Madhav Satwalekar (13 August 1915 – 2006) is considered an important 20th-century artist of India who achieved recognition for his depiction of scenes from contemporary life and landscape paintings.

Early life
Madhav Satwalekar was born in a Maharashtrian Karhade Brahmin family on 13 August 1915 in the city of Lahore in present-day Pakistan. His father, Shripad Damodar Satwalekar, the renowned turn-of-the-century painter and Vedic scholar had a studio in Lahore at that time. Satwalekar spent most of his childhood in the Princely State of Aundh where his father was the resident scholar, artist and advisor in the court of the then Maharaja.

Career as an artist
Satwalekar first studied at Sir J.J. School of Art in Bombay, before going to Europe (1937 to 1940) to study at Accademia di Belle Arti Firenze, (Italy), Slade School, (London) and Académie de la Grande Chaumière, Paris).
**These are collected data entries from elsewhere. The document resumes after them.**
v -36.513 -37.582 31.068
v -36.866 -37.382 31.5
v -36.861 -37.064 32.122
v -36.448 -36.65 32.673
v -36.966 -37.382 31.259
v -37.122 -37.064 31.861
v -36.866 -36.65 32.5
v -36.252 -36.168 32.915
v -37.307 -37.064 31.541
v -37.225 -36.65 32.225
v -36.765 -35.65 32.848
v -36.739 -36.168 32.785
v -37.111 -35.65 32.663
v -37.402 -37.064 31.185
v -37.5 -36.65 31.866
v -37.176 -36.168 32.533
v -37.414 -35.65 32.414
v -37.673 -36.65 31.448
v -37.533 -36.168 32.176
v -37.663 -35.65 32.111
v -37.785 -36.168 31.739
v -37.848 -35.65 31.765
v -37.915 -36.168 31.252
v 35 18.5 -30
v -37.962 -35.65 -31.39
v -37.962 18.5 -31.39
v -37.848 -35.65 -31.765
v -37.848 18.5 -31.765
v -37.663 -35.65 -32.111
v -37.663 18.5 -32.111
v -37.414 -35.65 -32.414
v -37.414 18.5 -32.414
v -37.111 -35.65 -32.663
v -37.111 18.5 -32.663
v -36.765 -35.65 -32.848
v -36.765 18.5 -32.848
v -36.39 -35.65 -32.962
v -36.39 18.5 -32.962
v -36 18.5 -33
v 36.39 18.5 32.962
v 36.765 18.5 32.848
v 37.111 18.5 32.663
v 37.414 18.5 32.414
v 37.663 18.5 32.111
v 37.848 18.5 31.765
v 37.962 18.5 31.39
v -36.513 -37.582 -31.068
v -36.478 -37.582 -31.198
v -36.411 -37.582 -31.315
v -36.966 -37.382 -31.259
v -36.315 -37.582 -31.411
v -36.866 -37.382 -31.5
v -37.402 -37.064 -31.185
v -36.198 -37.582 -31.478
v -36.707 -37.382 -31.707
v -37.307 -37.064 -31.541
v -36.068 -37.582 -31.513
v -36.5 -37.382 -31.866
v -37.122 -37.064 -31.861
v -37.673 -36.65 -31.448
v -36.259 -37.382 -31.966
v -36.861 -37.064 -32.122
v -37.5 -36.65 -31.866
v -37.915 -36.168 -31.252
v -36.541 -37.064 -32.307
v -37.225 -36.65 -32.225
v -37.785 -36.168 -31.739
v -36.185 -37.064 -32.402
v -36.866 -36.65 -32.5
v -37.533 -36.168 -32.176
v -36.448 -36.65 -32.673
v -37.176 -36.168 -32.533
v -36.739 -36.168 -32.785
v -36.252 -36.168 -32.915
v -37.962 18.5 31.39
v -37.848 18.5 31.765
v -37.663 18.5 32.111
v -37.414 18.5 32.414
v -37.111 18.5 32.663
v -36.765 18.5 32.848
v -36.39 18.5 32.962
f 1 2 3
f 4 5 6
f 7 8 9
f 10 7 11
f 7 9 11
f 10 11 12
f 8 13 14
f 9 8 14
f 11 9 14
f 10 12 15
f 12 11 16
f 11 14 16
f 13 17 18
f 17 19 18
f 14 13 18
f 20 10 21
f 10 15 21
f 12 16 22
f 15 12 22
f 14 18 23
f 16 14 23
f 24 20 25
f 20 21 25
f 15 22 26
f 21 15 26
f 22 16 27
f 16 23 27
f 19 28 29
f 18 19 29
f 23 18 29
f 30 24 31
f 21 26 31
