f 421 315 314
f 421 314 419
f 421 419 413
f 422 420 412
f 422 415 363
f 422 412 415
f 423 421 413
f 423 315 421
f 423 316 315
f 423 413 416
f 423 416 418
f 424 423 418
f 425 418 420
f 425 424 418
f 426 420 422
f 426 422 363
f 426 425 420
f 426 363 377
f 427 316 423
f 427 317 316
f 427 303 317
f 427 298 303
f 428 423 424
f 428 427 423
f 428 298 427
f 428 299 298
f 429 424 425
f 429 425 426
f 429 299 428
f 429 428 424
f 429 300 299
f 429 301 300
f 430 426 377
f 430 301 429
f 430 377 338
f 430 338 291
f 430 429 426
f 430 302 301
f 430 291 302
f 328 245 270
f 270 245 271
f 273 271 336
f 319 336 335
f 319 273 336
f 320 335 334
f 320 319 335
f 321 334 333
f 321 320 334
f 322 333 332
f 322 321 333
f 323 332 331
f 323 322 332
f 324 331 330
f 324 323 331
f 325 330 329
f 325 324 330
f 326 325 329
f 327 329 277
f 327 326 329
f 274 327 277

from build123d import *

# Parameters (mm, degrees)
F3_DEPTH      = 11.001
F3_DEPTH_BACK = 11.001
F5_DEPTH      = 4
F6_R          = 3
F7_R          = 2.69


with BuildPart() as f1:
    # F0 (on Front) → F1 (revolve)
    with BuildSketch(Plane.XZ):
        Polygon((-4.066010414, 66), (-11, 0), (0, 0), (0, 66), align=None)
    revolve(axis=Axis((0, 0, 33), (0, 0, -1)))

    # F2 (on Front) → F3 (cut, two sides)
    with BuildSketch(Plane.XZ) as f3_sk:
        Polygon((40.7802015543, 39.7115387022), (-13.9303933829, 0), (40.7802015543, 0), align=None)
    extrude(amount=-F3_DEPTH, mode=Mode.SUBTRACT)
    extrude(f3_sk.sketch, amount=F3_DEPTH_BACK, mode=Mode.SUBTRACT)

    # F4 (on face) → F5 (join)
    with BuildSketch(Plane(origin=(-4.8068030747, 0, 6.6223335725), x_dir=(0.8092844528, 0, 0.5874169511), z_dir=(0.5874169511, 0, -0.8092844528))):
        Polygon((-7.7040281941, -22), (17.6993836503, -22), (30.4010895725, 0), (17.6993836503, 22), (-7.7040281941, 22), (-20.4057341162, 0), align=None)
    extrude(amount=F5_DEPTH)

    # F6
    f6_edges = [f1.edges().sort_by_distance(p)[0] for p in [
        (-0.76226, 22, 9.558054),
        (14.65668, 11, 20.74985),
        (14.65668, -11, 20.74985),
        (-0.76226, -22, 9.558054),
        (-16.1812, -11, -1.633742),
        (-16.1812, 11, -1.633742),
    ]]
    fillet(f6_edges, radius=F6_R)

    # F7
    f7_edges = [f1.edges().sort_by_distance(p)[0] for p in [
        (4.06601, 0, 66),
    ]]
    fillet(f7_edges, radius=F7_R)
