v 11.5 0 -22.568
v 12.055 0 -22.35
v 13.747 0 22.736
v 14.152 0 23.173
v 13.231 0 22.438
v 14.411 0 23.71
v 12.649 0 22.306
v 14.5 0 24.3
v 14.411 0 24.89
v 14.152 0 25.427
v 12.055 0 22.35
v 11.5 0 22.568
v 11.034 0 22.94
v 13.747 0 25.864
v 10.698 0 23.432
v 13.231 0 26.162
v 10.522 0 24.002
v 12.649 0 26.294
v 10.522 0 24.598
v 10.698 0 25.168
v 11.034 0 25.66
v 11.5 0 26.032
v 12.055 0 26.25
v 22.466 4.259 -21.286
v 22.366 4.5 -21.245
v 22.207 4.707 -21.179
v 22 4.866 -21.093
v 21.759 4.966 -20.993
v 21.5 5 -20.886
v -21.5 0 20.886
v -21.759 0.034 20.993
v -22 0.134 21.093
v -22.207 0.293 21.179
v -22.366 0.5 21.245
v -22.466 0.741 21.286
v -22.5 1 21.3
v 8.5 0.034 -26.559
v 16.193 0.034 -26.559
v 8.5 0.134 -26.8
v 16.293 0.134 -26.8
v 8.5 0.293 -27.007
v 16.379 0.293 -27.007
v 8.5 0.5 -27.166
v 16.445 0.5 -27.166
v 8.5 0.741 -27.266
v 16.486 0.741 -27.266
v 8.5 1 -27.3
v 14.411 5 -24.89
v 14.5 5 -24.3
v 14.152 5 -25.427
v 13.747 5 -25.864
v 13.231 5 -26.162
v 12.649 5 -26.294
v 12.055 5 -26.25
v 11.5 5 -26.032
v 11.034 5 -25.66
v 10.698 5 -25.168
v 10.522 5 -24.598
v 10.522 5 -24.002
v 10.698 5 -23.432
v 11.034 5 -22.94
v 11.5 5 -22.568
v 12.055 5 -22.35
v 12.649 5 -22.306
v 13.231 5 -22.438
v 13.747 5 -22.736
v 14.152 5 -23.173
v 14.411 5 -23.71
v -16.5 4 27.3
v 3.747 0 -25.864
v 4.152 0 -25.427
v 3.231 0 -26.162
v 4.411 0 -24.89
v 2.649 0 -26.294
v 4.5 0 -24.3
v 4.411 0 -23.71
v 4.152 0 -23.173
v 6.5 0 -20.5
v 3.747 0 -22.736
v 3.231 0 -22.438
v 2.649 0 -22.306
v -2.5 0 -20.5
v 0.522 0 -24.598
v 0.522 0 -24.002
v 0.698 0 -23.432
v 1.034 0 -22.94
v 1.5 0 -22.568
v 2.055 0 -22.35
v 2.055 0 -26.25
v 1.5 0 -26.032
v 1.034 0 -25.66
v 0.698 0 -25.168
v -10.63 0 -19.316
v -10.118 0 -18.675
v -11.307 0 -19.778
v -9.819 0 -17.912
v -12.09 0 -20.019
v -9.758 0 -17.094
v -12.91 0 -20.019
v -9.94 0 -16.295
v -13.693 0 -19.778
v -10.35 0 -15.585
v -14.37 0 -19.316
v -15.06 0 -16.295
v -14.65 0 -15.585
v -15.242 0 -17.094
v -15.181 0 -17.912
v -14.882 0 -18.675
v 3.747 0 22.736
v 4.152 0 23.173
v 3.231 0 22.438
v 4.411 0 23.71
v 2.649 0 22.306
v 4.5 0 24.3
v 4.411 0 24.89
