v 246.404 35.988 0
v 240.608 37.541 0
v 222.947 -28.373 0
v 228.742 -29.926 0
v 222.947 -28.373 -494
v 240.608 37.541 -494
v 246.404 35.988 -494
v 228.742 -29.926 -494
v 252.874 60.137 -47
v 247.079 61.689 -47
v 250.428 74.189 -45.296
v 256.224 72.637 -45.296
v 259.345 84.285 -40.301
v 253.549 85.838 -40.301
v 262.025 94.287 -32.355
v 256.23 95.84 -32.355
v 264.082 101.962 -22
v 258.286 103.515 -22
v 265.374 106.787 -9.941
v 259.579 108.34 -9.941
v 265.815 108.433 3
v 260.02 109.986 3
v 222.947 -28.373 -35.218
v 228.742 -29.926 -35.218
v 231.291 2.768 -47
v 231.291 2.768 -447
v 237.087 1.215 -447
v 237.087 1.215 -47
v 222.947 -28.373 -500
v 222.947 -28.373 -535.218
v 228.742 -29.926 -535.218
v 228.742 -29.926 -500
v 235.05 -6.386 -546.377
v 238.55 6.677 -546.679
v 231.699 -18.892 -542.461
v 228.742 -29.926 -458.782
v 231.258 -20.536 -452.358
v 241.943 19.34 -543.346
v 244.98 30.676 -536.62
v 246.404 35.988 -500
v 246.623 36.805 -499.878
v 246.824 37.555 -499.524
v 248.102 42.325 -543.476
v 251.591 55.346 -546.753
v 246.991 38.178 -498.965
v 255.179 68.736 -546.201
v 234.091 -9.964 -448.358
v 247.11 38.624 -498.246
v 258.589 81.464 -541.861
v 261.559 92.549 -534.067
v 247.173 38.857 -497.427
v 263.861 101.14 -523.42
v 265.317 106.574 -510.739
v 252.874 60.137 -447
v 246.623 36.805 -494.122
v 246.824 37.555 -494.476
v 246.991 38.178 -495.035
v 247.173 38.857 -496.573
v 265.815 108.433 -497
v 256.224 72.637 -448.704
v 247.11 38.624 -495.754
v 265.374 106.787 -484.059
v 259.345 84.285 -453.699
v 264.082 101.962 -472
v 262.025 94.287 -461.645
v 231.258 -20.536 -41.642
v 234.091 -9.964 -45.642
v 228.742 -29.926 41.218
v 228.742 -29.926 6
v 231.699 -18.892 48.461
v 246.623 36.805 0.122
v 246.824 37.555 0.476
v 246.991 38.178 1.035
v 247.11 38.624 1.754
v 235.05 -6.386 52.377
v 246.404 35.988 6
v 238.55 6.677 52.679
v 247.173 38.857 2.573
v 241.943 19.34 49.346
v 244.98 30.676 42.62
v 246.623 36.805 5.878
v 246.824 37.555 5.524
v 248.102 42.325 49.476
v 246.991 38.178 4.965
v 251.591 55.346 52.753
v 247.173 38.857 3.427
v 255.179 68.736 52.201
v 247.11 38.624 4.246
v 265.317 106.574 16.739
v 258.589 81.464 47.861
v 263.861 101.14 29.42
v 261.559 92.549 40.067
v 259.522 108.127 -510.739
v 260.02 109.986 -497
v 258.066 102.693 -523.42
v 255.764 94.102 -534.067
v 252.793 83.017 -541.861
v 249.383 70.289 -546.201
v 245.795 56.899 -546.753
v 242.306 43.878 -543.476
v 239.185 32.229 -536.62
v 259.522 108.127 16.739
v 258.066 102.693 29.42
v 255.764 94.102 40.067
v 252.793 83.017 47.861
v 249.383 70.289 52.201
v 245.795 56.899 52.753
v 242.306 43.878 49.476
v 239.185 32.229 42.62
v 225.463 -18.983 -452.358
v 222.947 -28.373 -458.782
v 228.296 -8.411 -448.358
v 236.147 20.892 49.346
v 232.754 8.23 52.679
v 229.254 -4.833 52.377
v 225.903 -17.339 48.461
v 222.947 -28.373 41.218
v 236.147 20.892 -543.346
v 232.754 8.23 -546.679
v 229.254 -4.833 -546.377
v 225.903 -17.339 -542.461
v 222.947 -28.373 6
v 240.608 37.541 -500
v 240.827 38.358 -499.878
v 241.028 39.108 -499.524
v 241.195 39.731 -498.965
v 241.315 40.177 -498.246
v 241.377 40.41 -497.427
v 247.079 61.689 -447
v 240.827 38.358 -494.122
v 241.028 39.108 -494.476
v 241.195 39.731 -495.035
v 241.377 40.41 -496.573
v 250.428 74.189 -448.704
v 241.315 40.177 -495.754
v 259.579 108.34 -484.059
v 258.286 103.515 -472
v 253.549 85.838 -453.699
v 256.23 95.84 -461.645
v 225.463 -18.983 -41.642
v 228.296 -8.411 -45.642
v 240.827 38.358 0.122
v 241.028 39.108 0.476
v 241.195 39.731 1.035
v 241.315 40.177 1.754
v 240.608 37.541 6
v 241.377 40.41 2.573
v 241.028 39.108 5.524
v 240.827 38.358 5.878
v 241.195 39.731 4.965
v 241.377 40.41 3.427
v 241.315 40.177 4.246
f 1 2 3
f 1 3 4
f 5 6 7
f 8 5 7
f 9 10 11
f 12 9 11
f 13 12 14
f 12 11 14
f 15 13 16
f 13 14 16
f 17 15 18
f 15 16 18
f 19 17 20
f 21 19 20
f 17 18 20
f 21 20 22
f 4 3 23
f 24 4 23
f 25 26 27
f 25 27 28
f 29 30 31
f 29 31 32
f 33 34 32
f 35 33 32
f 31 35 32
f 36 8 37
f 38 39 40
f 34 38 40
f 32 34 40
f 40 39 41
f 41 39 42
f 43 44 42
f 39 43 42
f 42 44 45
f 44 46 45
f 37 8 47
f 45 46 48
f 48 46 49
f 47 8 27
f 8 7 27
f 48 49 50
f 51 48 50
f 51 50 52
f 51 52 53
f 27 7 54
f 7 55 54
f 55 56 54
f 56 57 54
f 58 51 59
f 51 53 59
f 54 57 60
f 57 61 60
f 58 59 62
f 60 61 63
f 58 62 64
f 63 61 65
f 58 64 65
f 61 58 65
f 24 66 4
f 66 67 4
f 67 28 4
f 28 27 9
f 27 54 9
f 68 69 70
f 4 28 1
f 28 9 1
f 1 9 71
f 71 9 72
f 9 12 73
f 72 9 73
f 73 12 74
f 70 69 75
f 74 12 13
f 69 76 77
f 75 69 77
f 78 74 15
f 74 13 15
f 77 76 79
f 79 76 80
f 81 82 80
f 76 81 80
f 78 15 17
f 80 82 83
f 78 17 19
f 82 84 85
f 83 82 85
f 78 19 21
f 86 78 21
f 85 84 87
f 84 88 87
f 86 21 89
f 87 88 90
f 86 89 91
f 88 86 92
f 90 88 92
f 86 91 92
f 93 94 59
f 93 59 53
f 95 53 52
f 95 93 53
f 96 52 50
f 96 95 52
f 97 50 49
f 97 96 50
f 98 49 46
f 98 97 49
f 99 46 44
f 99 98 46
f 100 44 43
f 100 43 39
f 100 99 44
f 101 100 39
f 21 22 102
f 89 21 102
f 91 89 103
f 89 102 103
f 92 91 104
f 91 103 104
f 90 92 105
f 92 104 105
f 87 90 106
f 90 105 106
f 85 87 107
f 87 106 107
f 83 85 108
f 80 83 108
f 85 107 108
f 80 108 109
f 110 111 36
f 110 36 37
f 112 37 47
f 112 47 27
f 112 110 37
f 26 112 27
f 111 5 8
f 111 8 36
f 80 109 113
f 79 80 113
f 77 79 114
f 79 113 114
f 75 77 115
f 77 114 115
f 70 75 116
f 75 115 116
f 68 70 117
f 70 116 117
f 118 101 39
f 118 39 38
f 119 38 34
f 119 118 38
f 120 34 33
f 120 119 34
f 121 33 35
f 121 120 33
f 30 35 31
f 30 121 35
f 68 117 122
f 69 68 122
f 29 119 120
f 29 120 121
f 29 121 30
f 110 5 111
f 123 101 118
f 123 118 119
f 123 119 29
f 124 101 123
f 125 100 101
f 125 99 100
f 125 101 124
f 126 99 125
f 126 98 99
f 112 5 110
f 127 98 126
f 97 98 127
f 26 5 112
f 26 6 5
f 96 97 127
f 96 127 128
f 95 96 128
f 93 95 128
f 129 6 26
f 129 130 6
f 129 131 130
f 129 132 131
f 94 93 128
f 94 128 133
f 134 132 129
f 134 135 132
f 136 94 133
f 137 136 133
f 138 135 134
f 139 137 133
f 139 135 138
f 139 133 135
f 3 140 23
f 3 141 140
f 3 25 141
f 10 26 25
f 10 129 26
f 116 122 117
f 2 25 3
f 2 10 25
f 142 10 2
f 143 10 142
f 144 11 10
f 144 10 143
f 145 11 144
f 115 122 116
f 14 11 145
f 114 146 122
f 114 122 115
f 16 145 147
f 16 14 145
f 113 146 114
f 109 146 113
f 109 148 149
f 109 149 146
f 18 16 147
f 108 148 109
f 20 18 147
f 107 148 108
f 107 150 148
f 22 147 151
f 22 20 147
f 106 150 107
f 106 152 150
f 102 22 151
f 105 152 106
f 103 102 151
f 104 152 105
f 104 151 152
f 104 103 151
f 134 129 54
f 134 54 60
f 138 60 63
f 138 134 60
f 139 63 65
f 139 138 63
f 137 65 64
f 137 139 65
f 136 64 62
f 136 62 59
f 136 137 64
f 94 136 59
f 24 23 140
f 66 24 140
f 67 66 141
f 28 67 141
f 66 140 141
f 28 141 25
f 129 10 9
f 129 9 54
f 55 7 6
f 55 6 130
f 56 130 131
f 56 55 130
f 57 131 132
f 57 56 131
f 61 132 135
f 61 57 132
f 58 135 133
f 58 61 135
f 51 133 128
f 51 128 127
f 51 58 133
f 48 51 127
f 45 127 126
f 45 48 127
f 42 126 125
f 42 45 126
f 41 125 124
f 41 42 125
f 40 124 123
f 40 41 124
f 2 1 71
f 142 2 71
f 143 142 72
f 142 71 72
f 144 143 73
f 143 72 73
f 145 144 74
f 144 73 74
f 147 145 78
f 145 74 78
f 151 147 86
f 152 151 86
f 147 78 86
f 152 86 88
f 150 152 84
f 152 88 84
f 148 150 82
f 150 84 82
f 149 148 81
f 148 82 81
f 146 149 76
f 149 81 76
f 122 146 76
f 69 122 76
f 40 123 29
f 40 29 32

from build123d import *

# Parameters (mm, degrees)
RESSALTO_EXTRUS_O2_DEPTH = 6
RESSALTO_EXTRUS_O3_DEPTH = 6
CORTE_EXTRUS_O1_DEPTH    = 303.732253462


with BuildPart() as part:
    # Esboço1 → Ressalto-extrusão2 (new body)
    with BuildSketch(Plane.XY):
        with BuildLine():
            Line((-199.999999999, 0), (199.999999999, 0))
            ThreePointArc((199.999999999, 0), (202.565835097, -15.811388301), (209.999999999, -30))
            Line((209.999999999, -30), (289.999999999, -30))
            ThreePointArc((289.999999999, -30), (299.999014124, 0.31398499), (289.62007067, 30.5))
            ThreePointArc((289.62007067, 30.5), (297.818976076, 75.60635228), (265.815415017, 108.432822474))
            Line((265.815415017, 108.432822474), (246.403986634, 35.988385502))
            ThreePointArc((246.403986634, 35.988385502), (242.72975202, 33.867065158), (240.608431676, 37.541299773))
            Line((240.608431676, 37.541299773), (260.019860059, 109.985736744))
            ThreePointArc((260.019860059, 109.985736744), (218.38507475, 99.736242739), (199.999999999, 61))
            Line((199.999999999, 61), (140, 61))
            Line((140, 61), (150.784643454, 58.387579086))
            Line((150.784643454, 58.387579086), (139.047219324, 52.742194858))
            Line((139.047219324, 52.742194858), (160.085396074, 40.245061921))
            Line((160.085396074, 40.245061921), (137.597498913, 43.437533109))
            Line((137.597498913, 43.437533109), (153.154101004, 34.194272541))
            Line((153.154101004, 34.194272541), (138.26257587, 30.30469508))
            Line((138.26257587, 30.30469508), (144.152507453, 26))
            Line((144.152507453, 26), (149.999999999, 26))
            ThreePointArc((149.999999999, 26), (152.999999999, 23), (149.999999999, 20))
            Line((149.999999999, 20), (-149.999999999, 20))
            ThreePointArc((-149.999999999, 20), (-152.999999999, 23), (-149.999999999, 26))
            Line((-149.999999999, 26), (-144.152507453, 26))
            Line((-144.152507453, 26), (-138.26257587, 30.30469508))
            Line((-138.26257587, 30.30469508), (-153.154101004, 34.194272541))
            Line((-153.154101004, 34.194272541), (-137.597498913, 43.437533109))
            Line((-137.597498913, 43.437533109), (-160.085396074, 40.245061921))
            Line((-160.085396074, 40.245061921), (-139.047219324, 52.742194858))
            Line((-139.047219324, 52.742194858), (-150.784643454, 58.387579086))
            Line((-150.784643454, 58.387579086), (-140, 61))
            Line((-140, 61), (-199.999999999, 61))
            ThreePointArc((-199.999999999, 61), (-218.38507475, 99.736242739), (-260.019860059, 109.985736744))
            Line((-260.019860059, 109.985736744), (-240.608431676, 37.541299773))
            ThreePointArc((-240.608431676, 37.541299773), (-242.72975202, 33.867065158), (-246.403986634, 35.988385502))
            Line((-246.403986634, 35.988385502), (-265.815415017, 108.432822474))
            ThreePointArc((-265.815415017, 108.432822474), (-297.818976076, 75.60635228), (-289.62007067, 30.5))
            ThreePointArc((-289.62007067, 30.5), (-299.999014124, 0.31398499), (-289.999999999, -30))
            Line((-289.999999999, -30), (-209.999999999, -30))
            ThreePointArc((-209.999999999, -30), (-202.565835097, -15.811388301), (-199.999999999, 0))
        make_face()
    extrude(amount=RESSALTO_EXTRUS_O2_DEPTH)


with BuildPart() as body_2:
    # Esboço4 → Ressalto-extrusão3 (new body)
    with BuildSketch(Plane(origin=(215.105397993, -57.63731768, 0), x_dir=(0, 0, -1), z_dir=(0.9659258262890679, -0.25881904510252246, 0))):
        with BuildLine():
            Line((246.999999999, 62.536155533), (246.999999999, 123.536155533))
            Line((246.999999999, 123.536155533), (47, 123.536155533))
            ThreePointArc((47, 123.536155533), (32.355339059, 158.891494592), (-3, 173.536155533))
            ThreePointArc((-3, 173.536155533), (-47.860896112, 145.615557699), (-42.620070671, 93.036155533))
            ThreePointArc((-42.620070671, 93.036155533), (-52.987511897, 61.418723482), (-41.217566642, 30.296155533))
            Line((-41.217566642, 30.296155533), (35.217566642, 30.296155533))
            ThreePointArc((35.217566642, 30.296155533), (43.96210351, 45.373380875), (47, 62.536155533))
            Line((47, 62.536155533), (246.999999999, 62.536155533))
        make_face()
    extrude(amount=RESSALTO_EXTRUS_O3_DEPTH)

    # Combinar1: cut part
    add(part.part, mode=Mode.SUBTRACT)

    # Esboço6 → Corte-extrusão1 (cut, through all)
    with BuildSketch(Plane(origin=(220.900952951, -59.190231951, 0), x_dir=(0, 0, -1), z_dir=(0.9659258262890679, -0.2588190451025225, 0))):
        with BuildLine():
            Line((-6, 98.536155533), (-6, 92.597624289))
            Line((-6, 92.597624289), (0, 92.597624289))
            Line((0, 92.597624289), (0, 98.536155533))
            ThreePointArc((0, 98.536155533), (-3, 101.536155533), (-6, 98.536155533))
        make_face()
    extrude(amount=-CORTE_EXTRUS_O1_DEPTH, mode=Mode.SUBTRACT)

    # Espelhar2: body 2 across plane


with BuildPart() as body_2_1:
    add(body_2.part)
    add(body_2.part.mirror(Plane(origin=(237.086501011, 1.215055756, -246.999999999), x_dir=(1, 0, 0), z_dir=(0, 0, 1))))


solid = body_2_1.part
He was recipient of  the Mayo Medal, the highest award of the J. J. School of Art in 1935.

For his paintings, Satwalekar used subjects such as landscapes paintings. Indian mythological Stories and the everyday life of the common people. He used both oil and watercolor for his works.

Exhibition of Satwalekar's work was first held in 1945, at the Taj Hotel in Mumbai. Over the years, apart from India, exhibitions of his work have been held in many parts of the world including the British East Africa in 1949, in countries of Europe, and the Middle East.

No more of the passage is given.